Author: Victoria Aly
Time for reading: ~2
minutes
Last Updated:
October 22, 2022
Never tasted raw mushrooms or broccoli? And beets and cauliflower? Then right now we will tell you which vegetables can be eaten raw, although in our country this is not particularly accepted. And in vain - it is in the raw form that they retain the maximum benefit.
Never tasted raw mushrooms or broccoli? And beets and cauliflower? Then right now we will tell you which vegetables can be eaten raw, although in our country this is not particularly accepted. And in vain - it is in the raw form that they retain the maximum benefit.
First, cauliflower is very healthy: it is low in calories, high in fiber, vitamins C and K, sulforaphane, and choline. It is the latter that helps maintain the structure of cell membranes and participates in the production of acetylcholine, a neurotransmitter that significantly affects brain health and helps prevent serious neurodegenerative diseases (for example, Alzheimer's disease).
Second, raw cauliflower is delicious. It is somewhat similar to ordinary white cabbage. Wash it well, cut it into florets, add hummus or guacamole - and a quick healthy snack is ready.
Broccoli is often overcooked, and because of this, it turns into an unappetizing green mass. And fresh raw broccoli is crunchy and juicy. During heat treatment, it loses some vitamins, for example, vitamin C: if 100 g of broccoli contains about 90 mg of the vitamin, almost 40% is lost during cooking.
In addition, broccoli contains potassium, vitamin A, fiber, folic acid and sulforaphane, an important substance that can lower blood pressure, improve heart health and even fight cancer cells. A study by Dutch scientists showed that the digestibility of sulforaphane is higher when eating raw broccoli than when cooked.

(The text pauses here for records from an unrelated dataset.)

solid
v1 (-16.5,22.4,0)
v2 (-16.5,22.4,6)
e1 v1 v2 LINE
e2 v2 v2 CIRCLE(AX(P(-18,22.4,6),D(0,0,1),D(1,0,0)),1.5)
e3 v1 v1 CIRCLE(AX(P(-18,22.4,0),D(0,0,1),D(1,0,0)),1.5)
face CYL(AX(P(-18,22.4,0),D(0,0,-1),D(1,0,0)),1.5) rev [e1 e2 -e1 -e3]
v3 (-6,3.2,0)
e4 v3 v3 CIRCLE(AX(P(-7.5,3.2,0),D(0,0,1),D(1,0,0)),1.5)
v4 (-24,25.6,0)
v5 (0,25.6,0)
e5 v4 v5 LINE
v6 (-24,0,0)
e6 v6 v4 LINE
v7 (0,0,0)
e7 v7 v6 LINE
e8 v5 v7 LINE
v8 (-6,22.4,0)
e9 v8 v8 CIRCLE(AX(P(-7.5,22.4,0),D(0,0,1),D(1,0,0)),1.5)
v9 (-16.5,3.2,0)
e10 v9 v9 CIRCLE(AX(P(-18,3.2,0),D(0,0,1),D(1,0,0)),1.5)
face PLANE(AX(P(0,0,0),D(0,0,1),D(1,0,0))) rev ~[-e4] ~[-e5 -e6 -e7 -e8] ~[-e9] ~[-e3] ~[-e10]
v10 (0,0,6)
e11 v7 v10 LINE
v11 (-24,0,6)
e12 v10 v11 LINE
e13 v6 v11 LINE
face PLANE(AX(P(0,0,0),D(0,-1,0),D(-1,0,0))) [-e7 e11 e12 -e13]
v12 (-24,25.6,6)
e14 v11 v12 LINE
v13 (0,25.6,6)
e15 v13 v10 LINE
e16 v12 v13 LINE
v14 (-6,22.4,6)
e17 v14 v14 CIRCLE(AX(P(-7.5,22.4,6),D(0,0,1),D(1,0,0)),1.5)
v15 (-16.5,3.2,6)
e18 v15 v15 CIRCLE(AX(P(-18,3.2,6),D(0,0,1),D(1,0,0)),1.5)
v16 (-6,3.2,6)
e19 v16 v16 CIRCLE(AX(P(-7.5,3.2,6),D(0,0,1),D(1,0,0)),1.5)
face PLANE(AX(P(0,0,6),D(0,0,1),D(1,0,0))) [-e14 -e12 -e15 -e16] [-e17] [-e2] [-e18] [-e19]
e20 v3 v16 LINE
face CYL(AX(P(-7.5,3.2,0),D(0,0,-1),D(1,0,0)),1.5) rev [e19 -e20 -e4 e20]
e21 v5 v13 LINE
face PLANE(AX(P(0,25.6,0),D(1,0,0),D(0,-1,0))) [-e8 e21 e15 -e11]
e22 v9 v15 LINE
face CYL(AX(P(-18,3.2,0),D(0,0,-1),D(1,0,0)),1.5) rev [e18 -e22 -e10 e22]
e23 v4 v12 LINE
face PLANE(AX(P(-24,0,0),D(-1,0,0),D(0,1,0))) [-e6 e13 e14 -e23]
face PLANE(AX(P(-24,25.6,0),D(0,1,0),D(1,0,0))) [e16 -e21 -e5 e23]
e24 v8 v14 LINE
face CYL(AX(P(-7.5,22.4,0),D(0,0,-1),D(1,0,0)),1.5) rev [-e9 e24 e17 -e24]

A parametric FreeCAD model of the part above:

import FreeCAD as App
import Part
import Sketcher

V = App.Vector
Q = App.Units.Quantity

doc = App.newDocument("Part")
body = doc.addObject("PartDesign::Body", "Body")

# Sketch on XY plane
sketch1 = body.newObject("Sketcher::SketchObject", "Sketch")
sketch1.AttachmentSupport = (doc.getObject("XY_Plane"), [""])
sketch1.MapMode = "FlatFace"
sketch1.addGeometry([
    Part.LineSegment(V(-24, 0, 0), V(0, 0, 0)),  # 0
    Part.LineSegment(V(0, 0, 0), V(0, 25.6, 0)),  # 1
    Part.LineSegment(V(0, 25.6, 0), V(-24, 25.6, 0)),  # 2
    Part.LineSegment(V(-24, 25.6, 0), V(-24, 0, 0)),  # 3
    Part.Circle(V(-18, 3.2, 0), V(0, 0, 1), 1.5),  # 4
    Part.Circle(V(-7.5, 3.2, 0), V(0, 0, 1), 1.5),  # 5
    Part.Circle(V(-18, 22.4, 0), V(0, 0, 1), 1.5),  # 6
    Part.Circle(V(-7.5, 22.4, 0), V(0, 0, 1), 1.5),  # 7
], False)
sketch1.addConstraint([
    Sketcher.Constraint("Coincident", 0, 2, 1, 1),
    Sketcher.Constraint("Coincident", 1, 2, 2, 1),
    Sketcher.Constraint("Coincident", 2, 2, 3, 1),
    Sketcher.Constraint("Coincident", 3, 2, 0, 1),
    Sketcher.Constraint("Horizontal", 0),
    Sketcher.Constraint("Vertical", 1),
    Sketcher.Constraint("Horizontal", 2),
    Sketcher.Constraint("Vertical", 3),
    Sketcher.Constraint("Coincident", 0, 2, -1, 1),
    Sketcher.Constraint("Equal", 4, 5),
    Sketcher.Constraint("Equal", 5, 6),
    Sketcher.Constraint("Equal", 6, 7),
    Sketcher.Constraint("Horizontal", 4, 3, 5, 3),
    Sketcher.Constraint("Horizontal", 6, 3, 7, 3),
    Sketcher.Constraint("Vertical", 4, 3, 6, 3),
    Sketcher.Constraint("Vertical", 5, 3, 7, 3),
    Sketcher.Constraint("Diameter", 4, Q("3 mm")),
    Sketcher.Constraint("DistanceX", 0, 1, 0, 2, Q("24 mm")),
    Sketcher.Constraint("DistanceY", 1, 1, 1, 2, Q("25.6 mm")),
    Sketcher.Constraint("DistanceX", 4, 3, -1, 1, Q("18 mm")),
    Sketcher.Constraint("DistanceY", -1, 1, 4, 3, Q("3.2 mm")),
    Sketcher.Constraint("DistanceX", 5, 3, -1, 1, Q("7.5 mm")),
    Sketcher.Constraint("DistanceY", -1, 1, 6, 3, Q("22.4 mm")),
])
pad1 = body.newObject("PartDesign::Pad", "Pad")
pad1.Profile = sketch1
pad1.Length = 6

doc.recompute()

One medium bell pepper contains about 32 calories and a lot of vitamin C - almost 150% of the daily value. During heat treatment, part of the vitamin is destroyed, so if you want to get the maximum benefit from this vegetable, it is better to eat it raw. In addition, bell peppers are an excellent source of vitamin B6, vitamin E and magnesium. Add it to salads or use it as a snack with other vegetables and dips.
Raw zucchini is somewhat similar to a low-fat avocado, so they are great for light vegetable salads. Young fruits can be used to make spaghetti or envelopes for snacks.
An average young zucchini contains about 33 calories, more than 2 g of protein, 2 g of fiber, vitamin A, vitamin C and potassium, an important element for the functioning of the whole body.
Beets are usually associated with borscht, vinaigrette or, at most, with a salad of baked vegetables. But it is good for salads and raw. Just grate a beetroot, carrot and apple, add a little lemon juice and ginger - and a light salad with a lot of fiber is ready.
Beets are rich in vitamin C, potassium, manganese and folic acid (vitamin B9), which helps the immune and circulatory systems and supports the body's reproductive functions.
We know that mushrooms are not vegetables, but we decided not to make a separate list for them.
Mushrooms, unlike forest mushrooms, can be safely eaten raw. The easiest option is to add them to vegetable salads and side dishes or eat them whole, sprinkled with lemon juice or soy sauce.
The minimum number of calories and many B vitamins, potassium, magnesium and vegetable protein make mushrooms an indispensable ingredient for vegetarians.